Tuesday, March 27, 2012

You Think I’d Admit It By Now

Every time; every single time I agree to attend social events, I eventually rethink the decision and don’t want to go. Don’t get me wrong—I want to go when I agree to it, but as the time draws nearer, I change my mind. Then, and again I mean every single time, I wind up enjoying myself. You’d think I’d admit it by now.

Take last Friday for example. I went to the faculty party…and…I enjoyed it; but let me start at the beginning. I think it was two weeks ago I got an email announcing the party. I remember seeing the email, but for reasons that probably have everything to do with agreeing, regretting, and enjoying I kinda ignored it. I remember it; I just didn’t really read it; and I certainly didn’t take note of the date or think I might attend.

The party, as it turned out was held at a bar, which as it turns out was three tram rides and an hour and fifteen minutes from my apartment. (See why I don’t want to go to these things?) In school on Friday, several people asked me if I was going. (People like me; what can I say? Winning personality, young, thin, and handsome—yep, people like me.) I told all of them I wasn’t, until I grew tired of answering the follow-up question—why?

Sonya cuttin' the rug

I considered telling them the real answer: because I don’t enjoy cocktail parties. (Oh don’t get me wrong.

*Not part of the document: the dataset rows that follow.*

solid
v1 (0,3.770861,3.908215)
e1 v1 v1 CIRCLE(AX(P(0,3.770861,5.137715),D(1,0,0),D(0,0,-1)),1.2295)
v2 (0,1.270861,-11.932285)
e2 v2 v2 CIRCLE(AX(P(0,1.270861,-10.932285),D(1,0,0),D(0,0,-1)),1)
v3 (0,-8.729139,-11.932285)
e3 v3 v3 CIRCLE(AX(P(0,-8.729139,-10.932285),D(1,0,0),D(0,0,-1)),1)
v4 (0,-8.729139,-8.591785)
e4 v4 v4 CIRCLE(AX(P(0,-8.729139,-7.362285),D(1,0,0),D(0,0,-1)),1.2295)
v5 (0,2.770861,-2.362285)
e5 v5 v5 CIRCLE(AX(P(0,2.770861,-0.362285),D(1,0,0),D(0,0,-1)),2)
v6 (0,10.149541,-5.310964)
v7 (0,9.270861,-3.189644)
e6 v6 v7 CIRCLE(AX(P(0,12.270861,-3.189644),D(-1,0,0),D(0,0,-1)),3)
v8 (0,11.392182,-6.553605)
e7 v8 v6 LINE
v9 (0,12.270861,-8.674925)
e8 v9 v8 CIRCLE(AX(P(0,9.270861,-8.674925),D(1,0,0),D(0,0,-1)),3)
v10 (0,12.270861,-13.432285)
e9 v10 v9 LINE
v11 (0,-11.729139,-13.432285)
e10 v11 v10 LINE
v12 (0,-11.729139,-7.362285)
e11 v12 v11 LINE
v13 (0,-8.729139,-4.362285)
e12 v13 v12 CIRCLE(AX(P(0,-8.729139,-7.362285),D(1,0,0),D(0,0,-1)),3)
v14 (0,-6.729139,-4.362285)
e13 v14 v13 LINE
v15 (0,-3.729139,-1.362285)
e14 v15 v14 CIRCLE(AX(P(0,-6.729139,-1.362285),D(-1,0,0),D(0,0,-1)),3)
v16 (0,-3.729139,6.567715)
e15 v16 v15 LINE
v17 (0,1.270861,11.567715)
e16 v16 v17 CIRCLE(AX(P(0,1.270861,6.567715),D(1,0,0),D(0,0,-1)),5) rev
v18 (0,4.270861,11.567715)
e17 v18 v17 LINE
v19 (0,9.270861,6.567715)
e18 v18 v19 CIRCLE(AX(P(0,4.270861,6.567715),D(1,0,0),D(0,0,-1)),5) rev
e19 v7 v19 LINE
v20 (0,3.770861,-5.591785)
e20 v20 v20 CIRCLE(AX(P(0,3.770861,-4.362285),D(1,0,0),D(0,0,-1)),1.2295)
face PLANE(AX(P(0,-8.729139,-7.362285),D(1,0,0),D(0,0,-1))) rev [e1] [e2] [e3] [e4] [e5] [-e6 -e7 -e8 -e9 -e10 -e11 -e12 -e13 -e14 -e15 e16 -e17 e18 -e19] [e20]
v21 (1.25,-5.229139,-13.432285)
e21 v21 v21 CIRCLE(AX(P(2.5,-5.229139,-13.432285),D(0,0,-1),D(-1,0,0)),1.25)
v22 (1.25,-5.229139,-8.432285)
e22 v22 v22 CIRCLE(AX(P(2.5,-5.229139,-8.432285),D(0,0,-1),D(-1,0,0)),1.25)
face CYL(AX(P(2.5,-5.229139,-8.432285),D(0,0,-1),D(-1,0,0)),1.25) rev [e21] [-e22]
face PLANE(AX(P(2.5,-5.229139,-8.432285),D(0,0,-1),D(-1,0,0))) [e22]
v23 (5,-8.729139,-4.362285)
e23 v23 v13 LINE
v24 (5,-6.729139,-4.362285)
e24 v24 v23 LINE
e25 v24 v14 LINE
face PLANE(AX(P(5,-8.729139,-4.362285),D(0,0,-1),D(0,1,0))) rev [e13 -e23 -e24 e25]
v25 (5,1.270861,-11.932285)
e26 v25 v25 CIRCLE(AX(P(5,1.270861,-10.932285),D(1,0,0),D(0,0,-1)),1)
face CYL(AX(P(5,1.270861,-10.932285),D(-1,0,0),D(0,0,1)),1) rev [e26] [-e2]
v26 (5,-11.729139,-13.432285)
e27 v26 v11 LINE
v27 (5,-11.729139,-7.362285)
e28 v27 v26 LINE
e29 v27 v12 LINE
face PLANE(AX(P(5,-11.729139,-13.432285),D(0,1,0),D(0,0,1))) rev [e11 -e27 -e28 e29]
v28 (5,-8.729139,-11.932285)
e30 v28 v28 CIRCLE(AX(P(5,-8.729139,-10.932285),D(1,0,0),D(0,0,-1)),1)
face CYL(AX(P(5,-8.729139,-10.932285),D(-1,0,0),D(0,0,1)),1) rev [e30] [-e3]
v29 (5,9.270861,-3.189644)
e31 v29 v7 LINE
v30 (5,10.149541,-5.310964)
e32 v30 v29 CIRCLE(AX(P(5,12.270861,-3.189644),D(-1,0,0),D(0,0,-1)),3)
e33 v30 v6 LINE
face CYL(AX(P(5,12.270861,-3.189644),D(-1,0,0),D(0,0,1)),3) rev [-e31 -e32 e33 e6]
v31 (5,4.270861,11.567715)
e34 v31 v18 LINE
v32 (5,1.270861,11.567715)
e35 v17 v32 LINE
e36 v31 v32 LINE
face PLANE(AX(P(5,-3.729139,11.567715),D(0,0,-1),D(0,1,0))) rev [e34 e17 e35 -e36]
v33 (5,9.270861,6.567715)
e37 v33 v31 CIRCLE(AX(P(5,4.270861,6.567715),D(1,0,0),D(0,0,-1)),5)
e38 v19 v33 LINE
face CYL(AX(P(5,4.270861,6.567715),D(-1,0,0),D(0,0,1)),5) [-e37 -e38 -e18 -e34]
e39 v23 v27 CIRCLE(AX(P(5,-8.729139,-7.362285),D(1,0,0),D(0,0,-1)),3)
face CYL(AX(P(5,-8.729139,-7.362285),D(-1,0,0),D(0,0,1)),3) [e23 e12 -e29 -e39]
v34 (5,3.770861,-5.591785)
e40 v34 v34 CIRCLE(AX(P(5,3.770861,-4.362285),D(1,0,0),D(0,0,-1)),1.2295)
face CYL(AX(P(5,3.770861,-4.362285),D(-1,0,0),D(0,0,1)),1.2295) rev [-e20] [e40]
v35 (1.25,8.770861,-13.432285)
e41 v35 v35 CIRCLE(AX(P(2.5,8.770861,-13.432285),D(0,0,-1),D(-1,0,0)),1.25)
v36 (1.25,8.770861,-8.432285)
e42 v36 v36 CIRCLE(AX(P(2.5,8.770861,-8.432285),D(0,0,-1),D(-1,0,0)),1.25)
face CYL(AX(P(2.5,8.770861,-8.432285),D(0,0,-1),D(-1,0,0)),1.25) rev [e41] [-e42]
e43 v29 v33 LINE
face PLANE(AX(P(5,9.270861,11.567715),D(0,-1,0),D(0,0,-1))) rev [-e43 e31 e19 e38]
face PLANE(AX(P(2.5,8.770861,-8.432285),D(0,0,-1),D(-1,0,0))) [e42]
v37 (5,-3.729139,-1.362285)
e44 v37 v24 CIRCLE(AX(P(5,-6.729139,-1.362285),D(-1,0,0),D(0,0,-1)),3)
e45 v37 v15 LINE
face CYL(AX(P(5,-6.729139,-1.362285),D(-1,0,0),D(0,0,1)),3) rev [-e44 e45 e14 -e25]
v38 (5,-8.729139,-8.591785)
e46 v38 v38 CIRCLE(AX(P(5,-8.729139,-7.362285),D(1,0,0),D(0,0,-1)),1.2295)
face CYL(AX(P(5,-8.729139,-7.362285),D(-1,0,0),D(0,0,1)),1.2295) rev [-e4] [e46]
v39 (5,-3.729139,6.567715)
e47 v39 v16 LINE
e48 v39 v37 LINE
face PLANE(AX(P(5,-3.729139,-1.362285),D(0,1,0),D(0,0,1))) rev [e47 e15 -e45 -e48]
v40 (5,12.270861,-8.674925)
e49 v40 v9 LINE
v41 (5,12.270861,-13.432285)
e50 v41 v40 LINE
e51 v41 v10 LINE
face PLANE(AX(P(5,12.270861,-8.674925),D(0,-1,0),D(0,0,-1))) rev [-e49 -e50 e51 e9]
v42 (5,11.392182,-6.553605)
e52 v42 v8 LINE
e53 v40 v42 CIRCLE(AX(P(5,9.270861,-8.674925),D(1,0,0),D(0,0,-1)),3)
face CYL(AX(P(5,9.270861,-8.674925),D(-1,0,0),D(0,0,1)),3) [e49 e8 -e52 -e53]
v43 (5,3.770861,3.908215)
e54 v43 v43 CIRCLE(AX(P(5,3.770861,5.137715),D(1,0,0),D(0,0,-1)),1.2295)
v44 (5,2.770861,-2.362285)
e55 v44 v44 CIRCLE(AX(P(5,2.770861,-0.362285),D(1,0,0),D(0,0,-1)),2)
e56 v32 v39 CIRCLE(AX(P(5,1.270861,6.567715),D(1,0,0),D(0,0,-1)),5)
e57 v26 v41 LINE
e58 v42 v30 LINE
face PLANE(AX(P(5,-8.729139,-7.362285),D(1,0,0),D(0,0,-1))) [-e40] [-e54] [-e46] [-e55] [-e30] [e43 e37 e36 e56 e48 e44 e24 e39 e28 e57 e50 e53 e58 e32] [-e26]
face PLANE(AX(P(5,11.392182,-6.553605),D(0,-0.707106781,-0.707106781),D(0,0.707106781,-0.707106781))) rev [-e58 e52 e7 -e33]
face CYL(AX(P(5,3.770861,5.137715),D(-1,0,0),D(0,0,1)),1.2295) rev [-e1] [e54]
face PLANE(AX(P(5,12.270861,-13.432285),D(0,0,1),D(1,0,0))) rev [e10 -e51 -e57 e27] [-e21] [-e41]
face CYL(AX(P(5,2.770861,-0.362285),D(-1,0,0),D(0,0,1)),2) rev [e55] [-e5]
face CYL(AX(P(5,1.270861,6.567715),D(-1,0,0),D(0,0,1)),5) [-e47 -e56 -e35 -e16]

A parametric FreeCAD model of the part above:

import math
import FreeCAD as App
import Part
import Sketcher
from FreeCAD import Vector
Q = App.Units.Quantity


def edges_at(feature, points):
    """Names of the edges that pass closest to the given points."""
    edges = feature.Shape.Edges
    near = lambda p: min(range(len(edges)), key=lambda i: edges[i].distToShape(Part.Vertex(*p))[0])
    return sorted({f"Edge{near(p) + 1}" for p in points})

doc = App.newDocument("Part")
params = doc.addObject("Spreadsheet::Sheet", "Params")
for row, (alias, value) in enumerate([
    ("sketch1_diameter", "2 mm"),
    ("sketch1_diameter2", "4 mm"),
    ("sketch1_radius", "3 mm"),
    ("sketch1_width", "24 mm"),
    ("sketch1_width2", "13 mm"),
    ("pad1_length", "5 mm"),
    ("sketch2_diameter", "2.5 mm"),
    ("pocket1_length", "5 mm"),
    ("fillet_radius", "5 mm"),
], start=1):
    params.set(f"A{row}", alias)
    params.set(f"B{row}", "=" + value)
    params.setAlias(f"B{row}", alias)

body = doc.addObject("PartDesign::Body", "Body")

# Sketch on YZ plane
sketch1 = doc.addObject("Sketcher::SketchObject", "Sketch")
body.addObject(sketch1)
sketch1.AttachmentSupport = (doc.YZ_Plane, [""])
sketch1.MapMode = "FlatFace"
sketch1.addGeometry([
    Part.LineSegment(Vector(-11.729139, -7.362285, 0), Vector(-11.729139, -13.432285, 0)),  # 0
    Part.LineSegment(Vector(-11.729139, -13.432285, 0), Vector(12.270861, -13.432285, 0)),  # 1
    Part.LineSegment(Vector(12.270861, -13.432285, 0), Vector(12.270861, -8.674925, 0)),  # 2
    Part.ArcOfCircle(Part.Circle(Vector(9.270861, -8.674925, 0), Vector(0, 0, 1), 3), math.radians(0), math.radians(45)),  # 3
    Part.LineSegment(Vector(11.392182, -6.553605, 0), Vector(10.149541, -5.310964, 0)),  # 4
    Part.ArcOfCircle(Part.Circle(Vector(12.270861, -3.189644, 0), Vector(0, 0, 1), 3), math.radians(180), math.radians(225)),  # 5
    Part.LineSegment(Vector(9.270861, -3.189644, 0), Vector(9.270861, 11.567715, 0)),  # 6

I love cocktails; I just don’t like the idea of wandering from conversation to conversation, repeating: yes, the weather is beautiful, and no, I don’t live right in Amsterdam; or worse, searching hopelessly for any cogent thought to verbalize thus avoiding the onset of the insufferable silence that invariably follows the insufferable small-talk made by two people who are simutaneously wondering how they wound up in each other’s company. See why I hate these things?)

As I left the cafeteria on Friday, Sonya, my artist buddy asked me if I was going. Although Sonya might be one of the few people in Holland who would understand the real answer, I avoided the inevitable. “I don’t know,” I told her. Oh crap, that was worse. Why didn’t I just own up to my social intolerance? Why didn’t I just take my medicine? Instead I wound up explaining the whole story starting with ignoring emails. She waited until I finished and said, “You’re going.”

I went. I left home that evening at seven. I took the 51 to the 16 and saw the 10 approaching when I reached Leidseplein. I raced across the plaza and hopped on board. Man I’m getting pretty darn good at this! Um, see what had happened…the 10 goes both directions. Fifteen minutes in the wrong direction prompted me to ask the driver if he knew of Lloyd’s Hotel. “Other way,” he said. (He opened the doors and left me off.)

At the stop, my phone rang and I knew it was Sonya even before I looked. “Yeah, no worries, look for the big tables,” she told me. (My good friend Jim says there are two kinds of people in the world, ones who use street names and ones who use landmarks. Good thing really.) When I asked the driver if he knew where the big tables were, he did! Twenty minutes and a great conversation in the cockpit and I found Sonya waiting at the stop.


Heidi and Kate

One short walk later, I was waist deep in a room full of school teachers. Not so much awkwardness thanks to my new chums. Besides, free booze and techno music is the perfect combination to dissolve regret. You think I’d admit it by now.